País terá problemas para monitorar possível invasão causada pelo conflito colombiano, diz especialista britânico

Analista vê falhas do Brasil na fronteira

IGOR GIELOW
COORDENADOR DA AGÊNCIA FOLHA

O conflito colombiano vai se espalhar para os países vizinhos, obrigando algum tipo de acerto entre os governos e os Estados Unidos. Por sua política antiintervencionista, o Brasil pode assistir em breve a uma invasão de seu território amazônico -e não está 100% preparado para isso.
A opinião não é de nenhum chefe de Estado mais exaltado presente ao encontro dos presidentes sul-americanos, encerrado anteontem, ou de algum militar linha-dura. É do coronel reformado Terence Taylor, diretor-assistente do IISS (sigla inglesa para Instituto Internacional para Estudos Estratégicos).
Fundado em Londres em 1958, o IISS foi um dos primeiros e é o mais prestigioso núcleo de estudos internacionais e militares da Europa pós-Guerra.
Taylor descarta o ""cenário Vietnã" alardeado pelo presidente venezuelano, Hugo Chávez.
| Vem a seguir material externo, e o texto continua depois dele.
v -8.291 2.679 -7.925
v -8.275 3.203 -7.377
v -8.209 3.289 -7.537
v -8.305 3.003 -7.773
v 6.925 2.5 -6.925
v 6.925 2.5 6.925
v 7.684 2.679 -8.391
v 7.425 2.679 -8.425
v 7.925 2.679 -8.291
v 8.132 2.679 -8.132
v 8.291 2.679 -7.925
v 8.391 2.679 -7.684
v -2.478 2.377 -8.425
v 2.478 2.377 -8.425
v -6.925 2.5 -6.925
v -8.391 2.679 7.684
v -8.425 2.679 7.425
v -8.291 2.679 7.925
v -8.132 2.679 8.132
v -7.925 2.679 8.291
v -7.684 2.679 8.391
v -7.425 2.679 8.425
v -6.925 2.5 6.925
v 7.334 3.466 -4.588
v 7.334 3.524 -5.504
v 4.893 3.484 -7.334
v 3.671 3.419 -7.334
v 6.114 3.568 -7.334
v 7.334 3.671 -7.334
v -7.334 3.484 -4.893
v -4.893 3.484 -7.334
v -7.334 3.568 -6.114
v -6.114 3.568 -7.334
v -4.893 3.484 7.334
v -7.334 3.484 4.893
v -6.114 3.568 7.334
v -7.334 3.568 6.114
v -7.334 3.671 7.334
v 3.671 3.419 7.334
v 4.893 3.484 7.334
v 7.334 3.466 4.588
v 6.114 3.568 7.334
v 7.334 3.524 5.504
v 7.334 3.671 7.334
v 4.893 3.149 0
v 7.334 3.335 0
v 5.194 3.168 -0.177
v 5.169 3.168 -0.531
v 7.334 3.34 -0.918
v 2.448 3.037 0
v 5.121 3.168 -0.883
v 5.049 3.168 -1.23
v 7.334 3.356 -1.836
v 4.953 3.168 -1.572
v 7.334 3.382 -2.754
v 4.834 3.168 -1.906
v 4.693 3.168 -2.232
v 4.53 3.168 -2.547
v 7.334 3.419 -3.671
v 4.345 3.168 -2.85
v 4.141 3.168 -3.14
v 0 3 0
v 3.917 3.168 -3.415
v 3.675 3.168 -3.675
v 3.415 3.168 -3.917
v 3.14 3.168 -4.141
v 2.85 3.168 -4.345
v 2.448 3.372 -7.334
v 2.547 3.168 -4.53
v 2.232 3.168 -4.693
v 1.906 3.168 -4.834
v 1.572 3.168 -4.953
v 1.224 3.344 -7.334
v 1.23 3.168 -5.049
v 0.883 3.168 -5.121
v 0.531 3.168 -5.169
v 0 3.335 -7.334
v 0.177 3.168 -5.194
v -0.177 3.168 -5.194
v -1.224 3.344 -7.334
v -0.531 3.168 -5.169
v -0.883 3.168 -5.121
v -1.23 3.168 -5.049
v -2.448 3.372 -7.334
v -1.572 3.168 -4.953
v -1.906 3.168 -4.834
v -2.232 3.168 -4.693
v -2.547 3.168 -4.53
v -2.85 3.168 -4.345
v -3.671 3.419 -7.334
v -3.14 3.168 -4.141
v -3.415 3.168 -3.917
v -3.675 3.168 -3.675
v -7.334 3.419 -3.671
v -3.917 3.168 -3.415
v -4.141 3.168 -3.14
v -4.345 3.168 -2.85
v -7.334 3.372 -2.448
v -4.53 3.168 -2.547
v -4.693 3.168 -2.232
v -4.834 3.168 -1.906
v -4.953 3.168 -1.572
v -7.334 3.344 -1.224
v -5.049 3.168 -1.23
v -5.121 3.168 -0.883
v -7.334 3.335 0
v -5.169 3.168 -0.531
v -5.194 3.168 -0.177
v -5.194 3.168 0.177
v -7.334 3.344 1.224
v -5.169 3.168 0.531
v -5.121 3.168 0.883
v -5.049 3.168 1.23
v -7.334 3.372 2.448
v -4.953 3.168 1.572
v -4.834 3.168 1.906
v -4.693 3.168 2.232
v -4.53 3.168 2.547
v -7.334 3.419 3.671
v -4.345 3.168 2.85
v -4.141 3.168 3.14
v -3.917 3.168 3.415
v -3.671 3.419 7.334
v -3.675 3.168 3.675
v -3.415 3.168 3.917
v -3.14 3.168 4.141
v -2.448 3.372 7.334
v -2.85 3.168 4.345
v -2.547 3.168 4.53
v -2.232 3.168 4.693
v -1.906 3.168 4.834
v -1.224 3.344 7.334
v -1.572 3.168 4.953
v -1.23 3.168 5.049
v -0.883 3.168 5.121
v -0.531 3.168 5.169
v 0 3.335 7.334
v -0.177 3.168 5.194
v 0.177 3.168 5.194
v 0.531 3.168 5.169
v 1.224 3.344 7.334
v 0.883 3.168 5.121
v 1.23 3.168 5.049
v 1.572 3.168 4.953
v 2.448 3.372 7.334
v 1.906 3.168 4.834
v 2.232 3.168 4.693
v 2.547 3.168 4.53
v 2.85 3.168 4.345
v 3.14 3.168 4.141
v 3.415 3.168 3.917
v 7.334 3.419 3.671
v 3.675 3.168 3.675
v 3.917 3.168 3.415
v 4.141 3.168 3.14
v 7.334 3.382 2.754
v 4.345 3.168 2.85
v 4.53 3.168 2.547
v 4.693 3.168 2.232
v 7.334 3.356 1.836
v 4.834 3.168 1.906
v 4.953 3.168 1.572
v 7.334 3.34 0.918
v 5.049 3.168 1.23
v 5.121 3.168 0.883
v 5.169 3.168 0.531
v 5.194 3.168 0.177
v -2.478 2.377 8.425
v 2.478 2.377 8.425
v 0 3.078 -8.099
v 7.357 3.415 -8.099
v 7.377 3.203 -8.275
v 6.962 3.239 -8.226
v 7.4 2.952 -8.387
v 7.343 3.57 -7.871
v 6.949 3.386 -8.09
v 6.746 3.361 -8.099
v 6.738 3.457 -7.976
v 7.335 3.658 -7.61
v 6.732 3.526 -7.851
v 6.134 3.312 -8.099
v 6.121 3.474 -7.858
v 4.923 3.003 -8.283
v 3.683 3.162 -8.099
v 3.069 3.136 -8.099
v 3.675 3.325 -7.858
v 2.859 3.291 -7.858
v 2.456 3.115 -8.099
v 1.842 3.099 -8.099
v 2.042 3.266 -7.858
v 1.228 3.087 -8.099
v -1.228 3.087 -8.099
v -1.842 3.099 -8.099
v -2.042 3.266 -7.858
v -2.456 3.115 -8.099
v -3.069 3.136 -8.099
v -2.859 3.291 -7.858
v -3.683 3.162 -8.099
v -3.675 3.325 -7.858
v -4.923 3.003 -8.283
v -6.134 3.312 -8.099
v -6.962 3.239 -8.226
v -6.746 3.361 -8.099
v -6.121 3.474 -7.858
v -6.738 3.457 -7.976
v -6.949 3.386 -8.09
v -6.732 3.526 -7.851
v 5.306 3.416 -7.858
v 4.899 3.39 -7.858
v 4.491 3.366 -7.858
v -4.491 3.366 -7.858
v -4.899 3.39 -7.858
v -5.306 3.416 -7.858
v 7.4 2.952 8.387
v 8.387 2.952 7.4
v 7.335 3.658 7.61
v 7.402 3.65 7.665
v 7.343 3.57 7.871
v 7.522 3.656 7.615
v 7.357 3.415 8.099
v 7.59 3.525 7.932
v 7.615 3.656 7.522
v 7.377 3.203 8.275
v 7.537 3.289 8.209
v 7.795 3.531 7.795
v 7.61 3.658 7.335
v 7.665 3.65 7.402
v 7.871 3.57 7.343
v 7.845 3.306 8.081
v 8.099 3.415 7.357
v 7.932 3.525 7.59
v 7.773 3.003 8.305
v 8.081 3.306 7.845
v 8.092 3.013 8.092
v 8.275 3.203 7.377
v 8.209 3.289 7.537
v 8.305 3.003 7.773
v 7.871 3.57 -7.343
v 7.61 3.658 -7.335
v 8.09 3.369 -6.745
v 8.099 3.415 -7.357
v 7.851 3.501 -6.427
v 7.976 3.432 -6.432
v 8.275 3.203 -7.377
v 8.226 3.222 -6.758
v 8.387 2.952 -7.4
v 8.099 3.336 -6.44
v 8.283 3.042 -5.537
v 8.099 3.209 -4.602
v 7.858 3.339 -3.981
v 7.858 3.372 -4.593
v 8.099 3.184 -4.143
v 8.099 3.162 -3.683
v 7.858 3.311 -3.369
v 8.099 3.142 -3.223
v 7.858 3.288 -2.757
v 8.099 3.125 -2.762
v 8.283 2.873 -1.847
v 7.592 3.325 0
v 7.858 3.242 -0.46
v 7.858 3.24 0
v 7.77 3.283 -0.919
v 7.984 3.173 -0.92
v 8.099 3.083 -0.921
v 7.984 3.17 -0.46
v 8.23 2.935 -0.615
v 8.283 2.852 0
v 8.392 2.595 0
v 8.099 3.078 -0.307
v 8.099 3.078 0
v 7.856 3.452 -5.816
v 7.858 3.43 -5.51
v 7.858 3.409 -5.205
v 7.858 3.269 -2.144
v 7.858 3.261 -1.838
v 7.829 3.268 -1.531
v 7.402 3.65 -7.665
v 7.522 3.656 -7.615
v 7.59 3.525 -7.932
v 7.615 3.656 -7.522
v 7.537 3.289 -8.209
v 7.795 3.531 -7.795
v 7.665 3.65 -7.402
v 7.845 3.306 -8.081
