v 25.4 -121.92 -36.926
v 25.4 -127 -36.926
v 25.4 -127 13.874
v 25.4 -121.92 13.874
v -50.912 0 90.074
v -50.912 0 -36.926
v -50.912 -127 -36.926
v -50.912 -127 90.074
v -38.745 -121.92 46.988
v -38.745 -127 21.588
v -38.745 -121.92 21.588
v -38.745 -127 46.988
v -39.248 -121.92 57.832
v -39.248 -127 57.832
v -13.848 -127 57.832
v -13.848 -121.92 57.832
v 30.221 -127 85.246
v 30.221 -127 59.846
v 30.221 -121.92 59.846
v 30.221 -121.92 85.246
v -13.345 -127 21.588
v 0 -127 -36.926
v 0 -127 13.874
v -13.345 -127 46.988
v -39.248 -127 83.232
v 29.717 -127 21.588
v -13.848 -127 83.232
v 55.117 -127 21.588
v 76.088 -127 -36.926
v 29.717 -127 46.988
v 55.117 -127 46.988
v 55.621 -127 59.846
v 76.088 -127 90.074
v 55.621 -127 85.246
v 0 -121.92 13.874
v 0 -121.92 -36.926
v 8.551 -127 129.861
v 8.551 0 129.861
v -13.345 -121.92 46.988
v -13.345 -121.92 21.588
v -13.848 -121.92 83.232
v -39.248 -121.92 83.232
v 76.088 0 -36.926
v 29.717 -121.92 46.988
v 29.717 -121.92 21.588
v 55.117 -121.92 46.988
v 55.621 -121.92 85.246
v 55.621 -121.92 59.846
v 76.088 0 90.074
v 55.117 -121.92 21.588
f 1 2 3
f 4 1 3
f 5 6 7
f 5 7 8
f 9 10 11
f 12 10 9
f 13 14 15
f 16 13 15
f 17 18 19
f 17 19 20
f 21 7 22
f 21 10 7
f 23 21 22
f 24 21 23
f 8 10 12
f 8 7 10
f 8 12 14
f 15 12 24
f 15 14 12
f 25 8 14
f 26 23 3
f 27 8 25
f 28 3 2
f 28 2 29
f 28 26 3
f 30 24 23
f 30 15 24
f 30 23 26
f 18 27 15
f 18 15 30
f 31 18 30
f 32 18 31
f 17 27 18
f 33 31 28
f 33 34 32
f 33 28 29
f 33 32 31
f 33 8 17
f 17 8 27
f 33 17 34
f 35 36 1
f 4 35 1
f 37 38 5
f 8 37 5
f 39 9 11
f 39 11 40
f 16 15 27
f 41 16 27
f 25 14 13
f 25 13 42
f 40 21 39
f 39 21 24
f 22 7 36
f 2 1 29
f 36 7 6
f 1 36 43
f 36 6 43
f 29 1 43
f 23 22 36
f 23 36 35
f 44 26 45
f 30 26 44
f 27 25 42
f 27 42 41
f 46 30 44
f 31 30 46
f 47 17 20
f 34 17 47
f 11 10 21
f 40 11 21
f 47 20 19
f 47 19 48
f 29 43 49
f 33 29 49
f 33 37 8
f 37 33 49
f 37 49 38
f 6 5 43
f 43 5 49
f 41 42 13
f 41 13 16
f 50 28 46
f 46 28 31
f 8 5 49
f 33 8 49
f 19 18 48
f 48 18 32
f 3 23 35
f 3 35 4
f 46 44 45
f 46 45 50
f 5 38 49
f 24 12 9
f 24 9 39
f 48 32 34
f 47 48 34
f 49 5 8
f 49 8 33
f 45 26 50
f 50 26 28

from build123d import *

# Parameters (mm, degrees)
F0_W     = 127
F0_H     = 127
F1_DEPTH = 127
F2_W     = 25.4
F2_H     = 25.4
F2_H_2   = 50.8
F3_DEPTH = 5.08
F5_DEPTH = 127


with BuildPart() as f1:
    # F0 (on Front) → F1 (new body)
    with BuildSketch(Plane.XZ):
        with Locations((12.588286, 26.574241)):
            Rectangle(F0_W, F0_H)
    extrude(amount=F1_DEPTH)

    # F2 (on face) → F3 (cut)
    with BuildSketch(Plane.XZ.offset(127)):
        with Locations((-26.548444, 70.532424)):
            Rectangle(F2_W, F2_H)
        with Locations((-26.045046, 34.287646)):
            Rectangle(F2_W, F2_H)
        with Locations((12.7, -11.525759)):
            Rectangle(F2_W, F2_H_2)
        with Locations((42.417306, 34.287646)):
            Rectangle(F2_W, F2_H)
        with Locations((42.920702, 72.546018)):
            Rectangle(F2_W, F2_H)
    extrude(amount=-F3_DEPTH, mode=Mode.SUBTRACT)


with BuildPart() as f5:
    # F4 (on face) → F5 (new body)
    with BuildSketch(Plane.XZ.offset(127)):
        Polygon((8.551238, 129.861295), (-50.911714, 90.074241), (76.088286, 90.074241), align=None)
    extrude(amount=-F5_DEPTH)


solid = Compound([f1.part, f5.part])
Segundo ele, a política de ""vítimas-zero" (entre os seus) dos EUA vai impedir quaisquer ações militares na linha de frente. ""O Plano Colômbia é basicamente de treinamento. O uso de tropas é quase nulo. Além disso, a situação é muito mais complexa do que a de um Sudeste Asiático dividido entre EUA e União Soviética."
No raciocínio de Taylor, a pressão será grande sobre as Farc e outros grupos rebeldes. ""Com certeza haverá um movimento para fora das fronteiras. É inevitável que eles se espalhem."
Com isso, segue ele, governos vizinhos terão de lidar com a infiltração. E isso significará, provavelmente, novos acordos com os Estados Unidos. ""O próprio Clinton, na Colômbia, já acenou com essa ajuda aos vizinhos", disse.
E o Brasil? ""Por sua posição de força no continente, creio que será difícil aceitar inicialmente um acordo com os EUA. Houve relutância até na Colômbia", afirmou Taylor, ressaltando não estar emitindo um juízo de valor. Mas, diz ele, o Brasil não parece estar preparado para o desafio.
O problema, diz Taylor, não são as tropas. O Brasil tem hoje 22 mil homens na região amazônica. ""É impossível patrulhar o solo numa floresta. Tudo passa pela capacidade de monitoramento por radar e por observação aérea. E nisso o Brasil está atrasado", diz Taylor, municiando involuntariamente os defensores do projeto Sivam (Sistema de Vigilância da Amazônia).
O fato de a Embraer estar preparando versões de observação eletrônica do jato regional ERJ-145 para a FAB vigiar a Amazônia pode amenizar o problema, mas talvez não em tempo hábil.
Para Taylor, mais cedo ou mais tarde será necessária alguma colaboração entre os EUA e o Brasil. "Só não é possível dizer quando e como será isso."
Para exemplificar as dificuldades, ele cita a negociação na Colômbia. ""Até agora não há uma aceitação plena do plano lá. Grupos mais à esquerda são totalmente contra, e a direita paramilitar e militar também se vê ameaçada porque os EUA estão exigindo a adoção de códigos de direitos humanos na região", diz, referindo-se à fama pouco honrosa do Exército colombiano e das milícias conservadoras em respeito aos direitos do cidadão.
Ele vê outros problemas com o plano. O US$ 1,3 bilhão aplicado imediatamente não contempla outros aspectos senão o militar. "A aplicação é desigual, faltam investimentos sociais junto às populações das áreas afetadas. Além disso, nada se faz em relação às rotas que levam a droga para fora do país", disse.
Com 2.000 membros, o IISS é um dos poucos locais na União Européia onde o tema Colômbia é levado a sério. Taylor critica duramente a posição olímpica dos europeus na questão.
"Fico decepcionado com a posição da Europa. Nós, como mercado consumidor (de drogas), somos tão responsáveis quanto os EUA na solução desse problema. Mas nossos governos fingem que não é com eles", afirma Taylor, que em abril participou de uma megaconferência militar em Bogotá.
Lá ele criticou a posição do governo Andrés Pastrana. "Ele cedeu demais ao permitir os bolsões rebeldes. O que ganhou em troca? Nada. Ele é quem deveria estar numa posição de força."